Dynamic compressive behavior of environmentally friendly high-strength concrete: Experimental investigation and modelling

Abstract

In this study, the mechanical properties of rubber powder and recycled steel fiber made from waste tires as fine aggregate and reinforced fiber of environmentally friendly high strength concrete (E-HSC) were investigated, especially the dynamic response of E-HSC under dynamic loading. The failure mode, stress-strain curve and energy dissipation capacity of E-HSC were investigated with different rubber powder replacement rates (0%, 5%, 20%, 35%, 50%) and different RSF volume fractions (1%, 2%, 3%) by using a separated Hopkinson pressure bar with a diameter of 100 mm.

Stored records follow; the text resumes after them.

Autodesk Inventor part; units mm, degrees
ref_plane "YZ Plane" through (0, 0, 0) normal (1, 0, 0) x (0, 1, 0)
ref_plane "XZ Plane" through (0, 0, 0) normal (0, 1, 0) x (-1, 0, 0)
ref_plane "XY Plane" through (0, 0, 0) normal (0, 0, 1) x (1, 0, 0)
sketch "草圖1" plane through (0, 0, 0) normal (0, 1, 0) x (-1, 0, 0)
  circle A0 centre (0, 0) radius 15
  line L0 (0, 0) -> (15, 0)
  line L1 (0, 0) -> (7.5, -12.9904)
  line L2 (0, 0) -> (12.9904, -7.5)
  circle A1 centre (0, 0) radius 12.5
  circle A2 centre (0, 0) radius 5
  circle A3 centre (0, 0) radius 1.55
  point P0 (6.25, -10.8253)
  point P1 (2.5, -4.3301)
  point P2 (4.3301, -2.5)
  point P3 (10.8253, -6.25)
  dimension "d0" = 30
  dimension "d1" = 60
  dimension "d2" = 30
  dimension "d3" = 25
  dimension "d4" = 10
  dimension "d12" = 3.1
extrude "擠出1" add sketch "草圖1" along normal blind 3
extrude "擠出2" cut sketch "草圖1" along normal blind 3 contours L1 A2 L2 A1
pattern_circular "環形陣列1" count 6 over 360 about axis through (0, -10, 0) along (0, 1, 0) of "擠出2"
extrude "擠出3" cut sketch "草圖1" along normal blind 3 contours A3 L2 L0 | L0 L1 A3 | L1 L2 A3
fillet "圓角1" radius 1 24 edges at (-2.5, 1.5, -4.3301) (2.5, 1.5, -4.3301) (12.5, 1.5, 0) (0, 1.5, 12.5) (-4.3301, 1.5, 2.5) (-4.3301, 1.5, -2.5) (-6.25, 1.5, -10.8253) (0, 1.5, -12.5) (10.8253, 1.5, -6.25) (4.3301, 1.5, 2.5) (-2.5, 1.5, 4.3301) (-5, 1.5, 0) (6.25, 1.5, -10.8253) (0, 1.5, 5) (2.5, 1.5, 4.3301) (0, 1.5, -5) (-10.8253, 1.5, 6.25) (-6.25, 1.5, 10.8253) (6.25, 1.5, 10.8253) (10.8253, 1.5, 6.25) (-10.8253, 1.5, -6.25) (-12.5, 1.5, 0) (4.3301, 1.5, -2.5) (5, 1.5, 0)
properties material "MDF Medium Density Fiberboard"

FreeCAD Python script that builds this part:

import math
import FreeCAD as App
import Part
import Sketcher

V = App.Vector
Q = App.Units.Quantity


def edges_at(feature, points):
    """Names of the edges that pass closest to the given points."""
    edges = feature.Shape.Edges
    near = lambda p: min(range(len(edges)), key=lambda i: edges[i].distToShape(Part.Vertex(*p))[0])
    return sorted({f"Edge{near(p) + 1}" for p in points})

doc = App.newDocument("Part")
body = doc.addObject("PartDesign::Body", "Body")

sketch1 = doc.addObject("Sketcher::SketchObject", "Sketch")
body.addObject(sketch1)
sketch1.AttachmentSupport = (doc.XZ_Plane, [""])
sketch1.MapMode = "FlatFace"
sketch1.addGeometry(Part.Circle(V(0, 0, 0), V(0, 0, 1), 15), False)
sketch1.addConstraint([
    Sketcher.Constraint("Coincident", 0, 3, -1, 1),
    Sketcher.Constraint("Diameter", 0, 30.0),
])
pad1 = doc.addObject("PartDesign::Pad", "Pad")
body.addObject(pad1)
pad1.Profile = sketch1
pad1.Length = 3
pad1.Reversed = True

sketch2 = doc.addObject("Sketcher::SketchObject", "Sketch001")
body.addObject(sketch2)
sketch2.AttachmentSupport = (doc.XZ_Plane, [""])
sketch2.MapMode = "FlatFace"
sketch2.addGeometry([
    Part.LineSegment(V(-2.499997, -4.330129, 0), V(-6.249993, -10.825321, 0)),
    Part.ArcOfCircle(Part.Circle(V(0, 0, 0), V(0, 0, 1), 12.5), math.radians(-150.000036), math.radians(-119.999964)),
    Part.LineSegment(V(-10.825321, -6.249993, 0), V(-4.330129, -2.499997, 0)),
    Part.ArcOfCircle(Part.Circle(V(0, 0, 0), V(0, 0, 1), 5), math.radians(-150.000036), math.radians(-119.999964)),
], False)
sketch2.addConstraint([
    Sketcher.Constraint("Coincident", 0, 2, 1, 2),
    Sketcher.Constraint("Coincident", 1, 1, 2, 1),
    Sketcher.Constraint("Coincident", 2, 2, 3, 1),
    Sketcher.Constraint("Coincident", 3, 2, 0, 1),
    Sketcher.Constraint("Coincident", 1, 3, -1, 1),
    Sketcher.Constraint("Coincident", 3, 3, -1, 1),
    Sketcher.Constraint("Radius", 3, 5.0),
    Sketcher.Constraint("Radius", 1, 12.5),
    Sketcher.Constraint("Angle", 2, Q("30 deg")),
    Sketcher.Constraint("Angle", 0, Q("-120 deg")),
    Sketcher.Constraint("DistanceY", 2, 2, -1, 1, 2.5),
    Sketcher.Constraint("DistanceX", 3, 2, -1, 1, 2.5),
])
pocket1 = doc.addObject("PartDesign::Pocket", "Pocket")
body.addObject(pocket1)
pocket1.Profile = sketch2
pocket1.Length = 3
doc.recompute()

polarpattern = doc.addObject("PartDesign::PolarPattern", "PolarPattern")
body.addObject(polarpattern)
polarpattern.Originals = [pocket1]
polarpattern.Axis = (doc.Y_Axis, [""])
polarpattern.Angle = 360
polarpattern.Occurrences = 6
body.Tip = polarpattern

sketch3 = doc.addObject("Sketcher::SketchObject", "Sketch002")
body.addObject(sketch3)
sketch3.AttachmentSupport = (doc.XZ_Plane, [""])
sketch3.MapMode = "FlatFace"
sketch3.addGeometry(Part.Circle(V(0, 0, 0), V(0, 0, 1), 1.55), False)
sketch3.addConstraint([
    Sketcher.Constraint("Coincident", 0, 3, -1, 1),
    Sketcher.Constraint("Diameter", 0, 3.1),
])
pocket2 = doc.addObject("PartDesign::Pocket", "Pocket001")
body.addObject(pocket2)
pocket2.Profile = sketch3
pocket2.Length = 3
doc.recompute()

fillet = doc.addObject("PartDesign::Fillet", "Fillet")
body.addObject(fillet)
fillet.Base = (pocket2, edges_at(pocket2, [
    (-2.5, 1.5, -4.33),
    (2.5, 1.5, -4.33),
    (12.5, 1.5, 0),
    (0, 1.5, 12.5),
    (-4.33, 1.5, 2.5),
    (-4.33, 1.5, -2.5),
    (-6.25, 1.5, -10.825),
    (0, 1.5, -12.5),
    (10.825, 1.5, -6.25),
    (4.33, 1.5, 2.5),
    (-2.5, 1.5, 4.33),
    (-5, 1.5, 0),
    (6.25, 1.5, -10.825),
    (0, 1.5, 5),
    (2.5, 1.5, 4.33),
    (0, 1.5, -5),
    (-10.825, 1.5, 6.25),
    (-6.25, 1.5, 10.825),
    (6.25, 1.5, 10.825),
    (10.825, 1.5, 6.25),
    (-10.825, 1.5, -6.25),
    (-12.5, 1.5, 0),
    (4.33, 1.5, -2.5),
    (5, 1.5, 0),
]))
fillet.Radius = 1

doc.recompute()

Additionally, the environmental benefits of E-HSC were assessed through carbon emission evaluation. Results indicated that rubber powder and RSFs enhanced the compressive ductility of high-strength concrete. With an increase in the ratio of rubber powder replacement, the static compressive strength of E-HSC decreased, the strain rate sensitivity of E-HSC significantly increased, while the dynamic toughness of E-HSC was notably improved. The failure modes of E-HSC under impact loading changed with increasing rubber content, showing an increase in crack quantity and severity of fragmentation. The influence of RSF content on the strain rate sensitivity of E-HSC's dynamic failure mode and toughness were not significant. A viscoelastic correction model considering impact damage was proposed, which can effectively describe the stress-strain behavior of E-HSC under impact loading across various strain rates. Furthermore, E-HSC demonstrated lower carbon emission indicators compared to traditional high-strength concrete.